2. Results and Discussion

2.1. Trichoderma Harzianum Strain T22 and Protein Hydrolysate Compatibility

No significant differences were noted in the number of Trichoderma colony forming units (CFU) when cultured in the presence and absence of the PH biostimulant in the in vitro experiments (data not shown). The CFU of Trichoderma in soil samples collected from the rhizosphere of wall rocket at the end of the experiment demonstrated a significantly greater abundance in the treatments where the beneficial microbe was applied to the plants in comparison to those of the untreated control and the protein hydrolysates alone (p < 0.001; Figure 1). No significant differences were noted between the control and PH, indicating the baseline concentration of indigenous Trichoderma spp. in the soil. Furthermore, the combination of the two biostimulants greatly improved the development of the Trichoderma population in the presence of PH that was greater than the application of Trichoderma alone over time, suggesting a nutritive effect of the vegetal product that sustained the fungal colonization in the root zone.

2.2. Yield and Dry Weight

As reported in Table 1, the autumn–winter crop cycle was the longest and the winter–spring the shortest; crop duration was not significantly affected by the biostimulant applications.
The marketable yield components of wall rocket leaves were only evaluated in terms of total fresh weight (Table 1). The number of leaves per rosette and the mean leaf weight were the greatest during cultivation in the winter cropping season, when compared to the autumn–winter and winter–spring seasons.
Rocket yield increased with the biostimulants, showing an average yield 18.6% greater than the untreated control, but no significant differences were recorded among the three biostimulant (PH, Trichoderma, and their combination) treatments. Similarly, an average increase of 26.4% was noted in the number of leaves per rosette with the biostimulant applications, when compared to the control. There was a greater positive effect on mean leaf weight with Trichoderma inoculation, whereas the plant dry weight was enhanced by all biostimulant treatments with the highest increase elicited by the protein hydrolysates (+34.7%).
Positive effects of protein hydrolysates applications on the fresh yield components of perennial wall rocket were similarly reported in different horticultural commodities, including Diplotaxis tenuifolia [3], as well as baby leaf lettuce and spinach [17] and Vesuvian Piennolo tomato PDO [18]. PHs biostimulants contain components of low molecular size, such as peptides and free amino acids that can be readily absorbed through the leaves and roots, thus able to regulate plant development processes, for example, by the promotion of endogenous phytohormone biosynthesis [19]. In this regard, Kulkarni et al. [20] detected a 175% increase in cytokinin content in spinach plants treated with biostimulants in comparison to the untreated control.
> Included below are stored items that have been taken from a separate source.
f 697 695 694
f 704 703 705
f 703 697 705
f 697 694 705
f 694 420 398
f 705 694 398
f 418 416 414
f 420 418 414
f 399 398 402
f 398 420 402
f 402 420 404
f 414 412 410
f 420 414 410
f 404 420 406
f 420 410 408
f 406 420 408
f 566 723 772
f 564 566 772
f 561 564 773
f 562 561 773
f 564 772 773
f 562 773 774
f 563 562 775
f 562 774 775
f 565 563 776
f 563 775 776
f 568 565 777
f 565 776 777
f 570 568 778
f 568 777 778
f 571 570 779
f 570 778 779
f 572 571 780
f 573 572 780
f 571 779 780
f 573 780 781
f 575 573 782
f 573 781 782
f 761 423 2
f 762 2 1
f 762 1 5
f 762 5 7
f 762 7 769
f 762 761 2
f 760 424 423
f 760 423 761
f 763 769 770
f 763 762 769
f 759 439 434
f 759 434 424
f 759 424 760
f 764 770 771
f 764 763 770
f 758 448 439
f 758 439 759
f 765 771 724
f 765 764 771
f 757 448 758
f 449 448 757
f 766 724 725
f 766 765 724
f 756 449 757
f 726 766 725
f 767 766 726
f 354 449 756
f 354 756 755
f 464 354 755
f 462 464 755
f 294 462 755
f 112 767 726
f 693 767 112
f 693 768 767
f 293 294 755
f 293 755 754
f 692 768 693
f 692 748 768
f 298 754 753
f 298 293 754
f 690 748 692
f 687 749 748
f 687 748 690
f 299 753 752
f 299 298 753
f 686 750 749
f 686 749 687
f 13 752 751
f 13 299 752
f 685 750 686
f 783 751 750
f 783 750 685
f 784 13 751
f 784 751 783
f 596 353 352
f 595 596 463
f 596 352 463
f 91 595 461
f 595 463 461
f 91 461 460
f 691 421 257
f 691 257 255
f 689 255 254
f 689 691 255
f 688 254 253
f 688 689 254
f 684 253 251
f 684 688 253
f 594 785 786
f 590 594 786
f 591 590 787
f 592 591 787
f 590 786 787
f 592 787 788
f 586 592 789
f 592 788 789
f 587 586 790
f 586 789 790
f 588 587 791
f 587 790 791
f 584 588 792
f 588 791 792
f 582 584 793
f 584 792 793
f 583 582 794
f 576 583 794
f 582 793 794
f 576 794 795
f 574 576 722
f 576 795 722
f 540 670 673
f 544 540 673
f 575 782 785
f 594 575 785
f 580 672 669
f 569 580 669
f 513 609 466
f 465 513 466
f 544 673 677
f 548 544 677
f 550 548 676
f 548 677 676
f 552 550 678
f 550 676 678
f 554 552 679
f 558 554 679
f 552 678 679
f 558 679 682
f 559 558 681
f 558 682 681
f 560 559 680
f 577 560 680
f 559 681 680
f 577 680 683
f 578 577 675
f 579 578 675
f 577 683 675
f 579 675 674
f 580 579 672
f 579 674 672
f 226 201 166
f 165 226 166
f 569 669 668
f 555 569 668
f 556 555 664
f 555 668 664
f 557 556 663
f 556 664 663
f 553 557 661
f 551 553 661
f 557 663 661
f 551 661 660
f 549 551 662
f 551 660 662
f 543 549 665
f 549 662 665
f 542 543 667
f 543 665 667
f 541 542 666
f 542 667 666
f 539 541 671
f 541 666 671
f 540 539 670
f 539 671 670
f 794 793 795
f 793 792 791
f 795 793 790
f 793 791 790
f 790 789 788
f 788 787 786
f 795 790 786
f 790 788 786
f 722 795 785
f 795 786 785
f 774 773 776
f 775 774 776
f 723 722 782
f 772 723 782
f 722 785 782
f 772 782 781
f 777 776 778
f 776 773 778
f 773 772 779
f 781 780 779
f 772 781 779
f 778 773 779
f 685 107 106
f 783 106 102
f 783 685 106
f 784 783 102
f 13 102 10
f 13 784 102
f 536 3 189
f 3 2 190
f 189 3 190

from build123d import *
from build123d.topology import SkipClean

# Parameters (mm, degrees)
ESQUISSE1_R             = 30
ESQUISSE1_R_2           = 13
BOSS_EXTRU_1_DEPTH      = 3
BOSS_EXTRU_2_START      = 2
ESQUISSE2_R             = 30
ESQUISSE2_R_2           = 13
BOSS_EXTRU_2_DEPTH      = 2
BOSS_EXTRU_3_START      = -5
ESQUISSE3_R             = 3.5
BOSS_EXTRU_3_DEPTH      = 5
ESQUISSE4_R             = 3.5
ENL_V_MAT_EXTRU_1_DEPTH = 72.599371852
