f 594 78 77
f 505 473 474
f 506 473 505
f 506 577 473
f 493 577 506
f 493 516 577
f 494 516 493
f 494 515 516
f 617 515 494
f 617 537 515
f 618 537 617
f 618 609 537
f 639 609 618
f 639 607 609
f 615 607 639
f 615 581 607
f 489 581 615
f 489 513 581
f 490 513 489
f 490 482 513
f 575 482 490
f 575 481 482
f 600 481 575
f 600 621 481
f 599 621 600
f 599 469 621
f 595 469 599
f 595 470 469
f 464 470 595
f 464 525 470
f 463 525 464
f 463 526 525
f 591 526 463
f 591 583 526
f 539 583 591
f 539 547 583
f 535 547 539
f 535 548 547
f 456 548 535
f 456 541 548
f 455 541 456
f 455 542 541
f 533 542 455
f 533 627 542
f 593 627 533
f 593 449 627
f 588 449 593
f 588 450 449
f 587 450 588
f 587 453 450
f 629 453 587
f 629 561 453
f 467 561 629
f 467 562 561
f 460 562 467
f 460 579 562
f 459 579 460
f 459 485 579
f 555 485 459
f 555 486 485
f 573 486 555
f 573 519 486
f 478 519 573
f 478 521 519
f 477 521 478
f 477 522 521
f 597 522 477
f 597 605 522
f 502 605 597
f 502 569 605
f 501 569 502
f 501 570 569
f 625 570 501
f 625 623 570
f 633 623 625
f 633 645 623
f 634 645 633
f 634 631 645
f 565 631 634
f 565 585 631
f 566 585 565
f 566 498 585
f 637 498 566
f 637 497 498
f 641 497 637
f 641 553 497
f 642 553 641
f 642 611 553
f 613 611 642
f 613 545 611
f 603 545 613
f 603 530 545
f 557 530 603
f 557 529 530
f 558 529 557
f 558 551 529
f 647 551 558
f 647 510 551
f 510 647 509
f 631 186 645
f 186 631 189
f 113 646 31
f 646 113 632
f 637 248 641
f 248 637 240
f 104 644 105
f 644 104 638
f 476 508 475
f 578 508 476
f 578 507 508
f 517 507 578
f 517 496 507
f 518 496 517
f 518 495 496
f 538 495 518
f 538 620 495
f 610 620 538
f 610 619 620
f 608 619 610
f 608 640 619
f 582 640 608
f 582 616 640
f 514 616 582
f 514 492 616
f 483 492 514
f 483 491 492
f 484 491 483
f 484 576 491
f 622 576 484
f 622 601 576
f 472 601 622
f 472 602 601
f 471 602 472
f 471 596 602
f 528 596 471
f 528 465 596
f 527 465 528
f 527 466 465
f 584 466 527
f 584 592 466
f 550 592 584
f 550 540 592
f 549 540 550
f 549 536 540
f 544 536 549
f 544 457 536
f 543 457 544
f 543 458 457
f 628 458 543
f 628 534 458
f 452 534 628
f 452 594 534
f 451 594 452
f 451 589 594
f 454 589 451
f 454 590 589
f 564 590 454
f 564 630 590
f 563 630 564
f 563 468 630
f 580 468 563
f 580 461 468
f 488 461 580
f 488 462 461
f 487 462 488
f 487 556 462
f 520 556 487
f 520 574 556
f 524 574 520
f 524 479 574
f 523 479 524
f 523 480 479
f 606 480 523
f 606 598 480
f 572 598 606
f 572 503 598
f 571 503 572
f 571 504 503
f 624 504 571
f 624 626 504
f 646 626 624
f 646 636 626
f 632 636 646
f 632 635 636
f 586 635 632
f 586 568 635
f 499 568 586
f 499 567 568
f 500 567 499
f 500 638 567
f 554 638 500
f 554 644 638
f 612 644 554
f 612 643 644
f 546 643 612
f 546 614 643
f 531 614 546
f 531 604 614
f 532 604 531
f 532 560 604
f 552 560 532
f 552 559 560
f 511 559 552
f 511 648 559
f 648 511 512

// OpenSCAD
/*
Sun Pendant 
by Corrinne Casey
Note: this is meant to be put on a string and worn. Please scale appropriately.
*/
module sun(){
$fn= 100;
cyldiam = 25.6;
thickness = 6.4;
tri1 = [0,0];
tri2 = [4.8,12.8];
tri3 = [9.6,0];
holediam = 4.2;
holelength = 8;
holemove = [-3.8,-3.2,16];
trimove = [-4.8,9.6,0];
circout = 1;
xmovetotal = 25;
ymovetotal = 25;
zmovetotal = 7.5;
Moreover, it was observed that plant-derived PHs applied to lettuce could also stimulate the development of indigenous beneficial populations in the soil of the rhizosphere, such as N2-fixing, P-solubilizing, and indoleacetic acid-producing bacteria, thus suggesting a microorganism-mediated biostimulant action on plant growth [17]. Furthermore, among the different components present in PHs, it was demonstrated that soluble peptides and amino acids could act as signaling molecules involved in N metabolism, a process that positively affects the plant growth and thus crop productivity [21].
The applications of legume-derived PHs were shown to improve macronutrient uptake and assimilation, which subsequently modulates the root architecture and enhances the microbial-mediated soil nutrient availability [17,22]. In this respect, the amino acid tryptophan was noted as the main active physiological precursor for the synthesis of indole-3-acetic acid (IAA), which has a crucial influence on root architecture development [23,24].
The means by which numerous Trichoderma spp. establish beneficial interactions with the plant are various and diverse depending upon the species strain as well as the host plant [13,14]. For example, T. harzianum strain T-203 was found to enhance pepper leaf length and area, and the dry plant weight of cucumber [25], due to its ability to survive and develop in the rhizosphere, its capacity to inhibit pathogens, or contrast the negative effects of their phytotoxins, thus acting as a biocontrol agent [26,27]. Some Trichoderma species strains, such as T. harzianum strain T22, produce secondary metabolites that have auxin-similar activity and the release of small peptides or volatile organic compounds in the rhizosphere, which can positively influence plant root and crown development, or stimulate the defense response [28,29,30]. The positive effect observed on soybean seedling growth was a consequence of the root development and the increased bioavailability of nutrients from the soil to the roots as promoted by T. harzianum strain T-soybean [31]. It was also noted that the applications of T-soybean increased significantly the soil enzyme activity, which in its turn improved the growth and activity of soil microbes in terms of number, diversity, and biomass [32]. The biological activity of the microorganisms subsequently enhanced the soil fertility, thus contributing as a mechanism of growth promotion. Soil conditions are affected by the activity of enzymes in the soil; compounds which are produced by the microbial community also serve as a biological indicator of soil fertility [33]. For example, it was observed that cucumber growth and yield were associated with enzyme activities in the soil where they were cultivated [34]; and the growth-promoting effect on soybean could be related to 1-aminocyclopropane-1-carboxylate deaminase (ACCd) and siderophore activity with the Trichoderma treatment, as well as to the ability of the fungus to positively influence nitrogen and nutrient availability. Bio-organic fertilizer applications enriched with T. harzianum strain SQR-T037, a combination with the chemical fertilizer used at 75% of the recommended rate, resulted in tomato plant growth and yields similar to those observed with the full 100% dose of the chemical fertilizer without inoculants [35].
Other authors indicated that depending upon the plant species and genotypes, or the strain of Trichoderma applied, the effects on plant growth can be highly variable [15]. Notably, Ousley et al. [36] showed that lettuce growth parameters were significantly ameliorated when inoculated with six strains of Trichoderma, whereas Baker [37] outlined a restricted increase in crop performance of radish and pea with the same strains.
In a previous investigation conducted in the field, it was noted that cotton productivity was increased up to 300% upon the application of Trichoderma hamatum or Trichoderma koningii [38]. Similarly, in tomato the increased plant growth and productivity could be associated to the improved root growth, in response to harzianolide, an auxin-like phytohormone, which is secreted by T. harzianum [39]. This effect on tomato was observed in plants with an increase in total root length and tips by 1.5- to 2.6-fold, thus enabling the developing roots to extend in a greater area/volume of soil to improve the uptake of bioavailable nutrients.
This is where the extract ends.